=== Section Start ===
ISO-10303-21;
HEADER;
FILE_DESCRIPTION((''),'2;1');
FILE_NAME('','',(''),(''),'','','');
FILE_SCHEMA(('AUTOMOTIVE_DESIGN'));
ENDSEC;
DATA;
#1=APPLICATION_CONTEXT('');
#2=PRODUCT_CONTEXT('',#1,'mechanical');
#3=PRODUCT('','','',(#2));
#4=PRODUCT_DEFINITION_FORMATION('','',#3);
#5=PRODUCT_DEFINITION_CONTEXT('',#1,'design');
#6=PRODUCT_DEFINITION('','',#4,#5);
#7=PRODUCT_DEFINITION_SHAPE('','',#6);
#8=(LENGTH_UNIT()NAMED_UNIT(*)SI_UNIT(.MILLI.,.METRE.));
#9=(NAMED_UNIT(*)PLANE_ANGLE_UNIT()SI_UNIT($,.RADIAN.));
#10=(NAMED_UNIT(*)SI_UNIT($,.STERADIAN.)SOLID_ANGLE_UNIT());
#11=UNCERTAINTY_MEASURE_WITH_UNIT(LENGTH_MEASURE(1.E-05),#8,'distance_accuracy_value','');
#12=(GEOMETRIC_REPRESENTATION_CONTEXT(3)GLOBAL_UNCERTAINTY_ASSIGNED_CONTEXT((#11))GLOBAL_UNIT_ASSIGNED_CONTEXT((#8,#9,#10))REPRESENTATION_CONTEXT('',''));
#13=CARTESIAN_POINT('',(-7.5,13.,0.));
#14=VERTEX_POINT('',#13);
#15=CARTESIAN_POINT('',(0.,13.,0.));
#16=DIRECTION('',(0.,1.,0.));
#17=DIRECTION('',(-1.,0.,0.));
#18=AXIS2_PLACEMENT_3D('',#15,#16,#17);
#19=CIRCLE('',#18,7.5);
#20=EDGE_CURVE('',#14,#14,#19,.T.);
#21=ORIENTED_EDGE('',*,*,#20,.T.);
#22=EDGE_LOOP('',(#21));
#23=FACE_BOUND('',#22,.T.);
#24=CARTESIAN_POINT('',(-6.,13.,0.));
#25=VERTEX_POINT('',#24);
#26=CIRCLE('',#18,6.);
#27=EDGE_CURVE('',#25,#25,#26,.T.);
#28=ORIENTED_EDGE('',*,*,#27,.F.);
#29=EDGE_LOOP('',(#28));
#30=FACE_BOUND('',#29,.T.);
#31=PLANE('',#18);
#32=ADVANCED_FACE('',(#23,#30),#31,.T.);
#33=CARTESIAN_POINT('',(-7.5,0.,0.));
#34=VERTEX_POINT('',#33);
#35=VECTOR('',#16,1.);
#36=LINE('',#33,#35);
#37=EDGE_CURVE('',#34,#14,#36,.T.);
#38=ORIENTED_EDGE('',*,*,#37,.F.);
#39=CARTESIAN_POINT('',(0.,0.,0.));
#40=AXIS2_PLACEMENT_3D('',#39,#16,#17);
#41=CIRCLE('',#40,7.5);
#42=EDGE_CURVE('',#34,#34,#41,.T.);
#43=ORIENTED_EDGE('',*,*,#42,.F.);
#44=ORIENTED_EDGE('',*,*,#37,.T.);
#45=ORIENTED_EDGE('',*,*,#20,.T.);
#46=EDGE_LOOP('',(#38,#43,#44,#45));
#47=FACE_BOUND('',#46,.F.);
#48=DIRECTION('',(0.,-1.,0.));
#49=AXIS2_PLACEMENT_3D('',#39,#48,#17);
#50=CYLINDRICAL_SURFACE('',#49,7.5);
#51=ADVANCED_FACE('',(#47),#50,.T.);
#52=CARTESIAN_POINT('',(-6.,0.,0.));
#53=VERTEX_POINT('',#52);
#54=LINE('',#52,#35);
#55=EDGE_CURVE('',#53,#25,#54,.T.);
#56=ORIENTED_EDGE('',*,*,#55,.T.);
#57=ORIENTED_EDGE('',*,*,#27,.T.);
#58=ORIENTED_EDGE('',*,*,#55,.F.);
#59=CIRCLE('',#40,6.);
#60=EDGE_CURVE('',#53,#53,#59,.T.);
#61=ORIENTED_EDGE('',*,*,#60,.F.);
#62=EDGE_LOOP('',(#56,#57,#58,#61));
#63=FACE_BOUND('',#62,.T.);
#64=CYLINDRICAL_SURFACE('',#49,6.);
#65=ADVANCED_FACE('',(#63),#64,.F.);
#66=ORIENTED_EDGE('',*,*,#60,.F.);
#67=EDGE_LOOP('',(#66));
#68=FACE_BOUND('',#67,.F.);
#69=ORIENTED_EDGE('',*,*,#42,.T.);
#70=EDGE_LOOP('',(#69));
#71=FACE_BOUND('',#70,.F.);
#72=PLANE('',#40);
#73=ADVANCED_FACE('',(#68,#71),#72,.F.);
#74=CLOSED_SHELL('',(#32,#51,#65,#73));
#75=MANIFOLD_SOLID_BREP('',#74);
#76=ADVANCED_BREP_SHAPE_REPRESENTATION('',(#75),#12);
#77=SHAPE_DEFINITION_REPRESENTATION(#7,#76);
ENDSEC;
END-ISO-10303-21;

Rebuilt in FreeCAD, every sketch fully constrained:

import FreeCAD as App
import Part
import Sketcher
Q = App.Units.Quantity

doc = App.newDocument("Part")
params = doc.addObject("Spreadsheet::Sheet", "Params")
for row, (alias, value) in enumerate([
    ("sketch1_diameter", "15 mm"),
    ("sketch1_diameter2", "12 mm"),
    ("pad1_length", "13 mm"),
], start=1):
    params.set(f"A{row}", alias)
    params.set(f"B{row}", "=" + value)
    params.setAlias(f"B{row}", alias)

body = doc.addObject("PartDesign::Body", "Body")

sketch1 = body.newObject("Sketcher::SketchObject", "Sketch")
sketch1.AttachmentSupport = (doc.getObject("XZ_Plane"), [""])
sketch1.MapMode = "FlatFace"
sketch1.addGeometry(Part.Circle(App.Vector(0, 0, 0), App.Vector(0, 0, 1), 7.5), False)
sketch1.addGeometry(Part.Circle(App.Vector(0, 0, 0), App.Vector(0, 0, 1), 6), False)
sketch1.addConstraint(Sketcher.Constraint("Coincident", 0, 3, -1, 1))
sketch1.addConstraint(Sketcher.Constraint("Coincident", 1, 3, -1, 1))
sketch1.addConstraint(Sketcher.Constraint("Diameter", 0, Q("15 mm")))
sketch1.addConstraint(Sketcher.Constraint("Diameter", 1, Q("12 mm")))
sketch1.setExpression("Constraints[2]", "Params.sketch1_diameter")
sketch1.setExpression("Constraints[3]", "Params.sketch1_diameter2")
pad1 = body.newObject("PartDesign::Pad", "Pad")
pad1.Profile = sketch1
pad1.setExpression("Length", "Params.pad1_length")
pad1.Reversed = True

doc.recompute()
=== Section End ===
_Goal of the exercise_
Your response must consist of all the records, retyped exactly.

_Written answer_
ISO-10303-21;
HEADER;
FILE_DESCRIPTION((''),'2;1');
FILE_NAME('','',(''),(''),'','','');
FILE_SCHEMA(('AUTOMOTIVE_DESIGN'));
ENDSEC;
DATA;
#1=APPLICATION_CONTEXT('');
#2=PRODUCT_CONTEXT('',#1,'mechanical');
#3=PRODUCT('','','',(#2));
#4=PRODUCT_DEFINITION_FORMATION('','',#3);
#5=PRODUCT_DEFINITION_CONTEXT('',#1,'design');
#6=PRODUCT_DEFINITION('','',#4,#5);
#7=PRODUCT_DEFINITION_SHAPE('','',#6);
#8=(LENGTH_UNIT()NAMED_UNIT(*)SI_UNIT(.MILLI.,.METRE.));
#9=(NAMED_UNIT(*)PLANE_ANGLE_UNIT()SI_UNIT($,.RADIAN.));
#10=(NAMED_UNIT(*)SI_UNIT($,.STERADIAN.)SOLID_ANGLE_UNIT());
#11=UNCERTAINTY_MEASURE_WITH_UNIT(LENGTH_MEASURE(1.E-05),#8,'distance_accuracy_value','');
#12=(GEOMETRIC_REPRESENTATION_CONTEXT(3)GLOBAL_UNCERTAINTY_ASSIGNED_CONTEXT((#11))GLOBAL_UNIT_ASSIGNED_CONTEXT((#8,#9,#10))REPRESENTATION_CONTEXT('',''));
#13=CARTESIAN_POINT('',(-7.5,13.,0.));
#14=VERTEX_POINT('',#13);
#15=CARTESIAN_POINT('',(0.,13.,0.));
#16=DIRECTION('',(0.,1.,0.));
#17=DIRECTION('',(-1.,0.,0.));
#18=AXIS2_PLACEMENT_3D('',#15,#16,#17);
#19=CIRCLE('',#18,7.5);
#20=EDGE_CURVE('',#14,#14,#19,.T.);
#21=ORIENTED_EDGE('',*,*,#20,.T.);
#22=EDGE_LOOP('',(#21));
#23=FACE_BOUND('',#22,.T.);
#24=CARTESIAN_POINT('',(-6.,13.,0.));
#25=VERTEX_POINT('',#24);
#26=CIRCLE('',#18,6.);
#27=EDGE_CURVE('',#25,#25,#26,.T.);
#28=ORIENTED_EDGE('',*,*,#27,.F.);
#29=EDGE_LOOP('',(#28));
#30=FACE_BOUND('',#29,.T.);
#31=PLANE('',#18);
#32=ADVANCED_FACE('',(#23,#30),#31,.T.);
#33=CARTESIAN_POINT('',(-7.5,0.,0.));
#34=VERTEX_POINT('',#33);
#35=VECTOR('',#16,1.);
#36=LINE('',#33,#35);
#37=EDGE_CURVE('',#34,#14,#36,.T.);
#38=ORIENTED_EDGE('',*,*,#37,.F.);
#39=CARTESIAN_POINT('',(0.,0.,0.));
#40=AXIS2_PLACEMENT_3D('',#39,#16,#17);
#41=CIRCLE('',#40,7.5);
#42=EDGE_CURVE('',#34,#34,#41,.T.);
#43=ORIENTED_EDGE('',*,*,#42,.F.);
#44=ORIENTED_EDGE('',*,*,#37,.T.);
#45=ORIENTED_EDGE('',*,*,#20,.T.);
#46=EDGE_LOOP('',(#38,#43,#44,#45));
#47=FACE_BOUND('',#46,.F.);
#48=DIRECTION('',(0.,-1.,0.));
#49=AXIS2_PLACEMENT_3D('',#39,#48,#17);
#50=CYLINDRICAL_SURFACE('',#49,7.5);
#51=ADVANCED_FACE('',(#47),#50,.T.);
#52=CARTESIAN_POINT('',(-6.,0.,0.));
#53=VERTEX_POINT('',#52);
#54=LINE('',#52,#35);
#55=EDGE_CURVE('',#53,#25,#54,.T.);
#56=ORIENTED_EDGE('',*,*,#55,.T.);
#57=ORIENTED_EDGE('',*,*,#27,.T.);
#58=ORIENTED_EDGE('',*,*,#55,.F.);
#59=CIRCLE('',#40,6.);
#60=EDGE_CURVE('',#53,#53,#59,.T.);
#61=ORIENTED_EDGE('',*,*,#60,.F.);
#62=EDGE_LOOP('',(#56,#57,#58,#61));
#63=FACE_BOUND('',#62,.T.);
#64=CYLINDRICAL_SURFACE('',#49,6.);
#65=ADVANCED_FACE('',(#63),#64,.F.);
#66=ORIENTED_EDGE('',*,*,#60,.F.);
#67=EDGE_LOOP('',(#66));
#68=FACE_BOUND('',#67,.F.);
#69=ORIENTED_EDGE('',*,*,#42,.T.);
#70=EDGE_LOOP('',(#69));
#71=FACE_BOUND('',#70,.F.);
#72=PLANE('',#40);
#73=ADVANCED_FACE('',(#68,#71),#72,.F.);
#74=CLOSED_SHELL('',(#32,#51,#65,#73));
#75=MANIFOLD_SOLID_BREP('',#74);
#76=ADVANCED_BREP_SHAPE_REPRESENTATION('',(#75),#12);
#77=SHAPE_DEFINITION_REPRESENTATION(#7,#76);
ENDSEC;
END-ISO-10303-21;

Rebuilt in FreeCAD, every sketch fully constrained:

import FreeCAD as App
import Part
import Sketcher
Q = App.Units.Quantity

doc = App.newDocument("Part")
params = doc.addObject("Spreadsheet::Sheet", "Params")
for row, (alias, value) in enumerate([
    ("sketch1_diameter", "15 mm"),
    ("sketch1_diameter2", "12 mm"),
    ("pad1_length", "13 mm"),
], start=1):
    params.set(f"A{row}", alias)
    params.set(f"B{row}", "=" + value)
    params.setAlias(f"B{row}", alias)

body = doc.addObject("PartDesign::Body", "Body")

sketch1 = body.newObject("Sketcher::SketchObject", "Sketch")
sketch1.AttachmentSupport = (doc.getObject("XZ_Plane"), [""])
sketch1.MapMode = "FlatFace"
sketch1.addGeometry(Part.Circle(App.Vector(0, 0, 0), App.Vector(0, 0, 1), 7.5), False)
sketch1.addGeometry(Part.Circle(App.Vector(0, 0, 0), App.Vector(0, 0, 1), 6), False)
sketch1.addConstraint(Sketcher.Constraint("Coincident", 0, 3, -1, 1))
sketch1.addConstraint(Sketcher.Constraint("Coincident", 1, 3, -1, 1))
sketch1.addConstraint(Sketcher.Constraint("Diameter", 0, Q("15 mm")))
sketch1.addConstraint(Sketcher.Constraint("Diameter", 1, Q("12 mm")))
sketch1.setExpression("Constraints[2]", "Params.sketch1_diameter")
sketch1.setExpression("Constraints[3]", "Params.sketch1_diameter2")
pad1 = body.newObject("PartDesign::Pad", "Pad")
pad1.Profile = sketch1
pad1.setExpression("Length", "Params.pad1_length")
pad1.Reversed = True

doc.recompute()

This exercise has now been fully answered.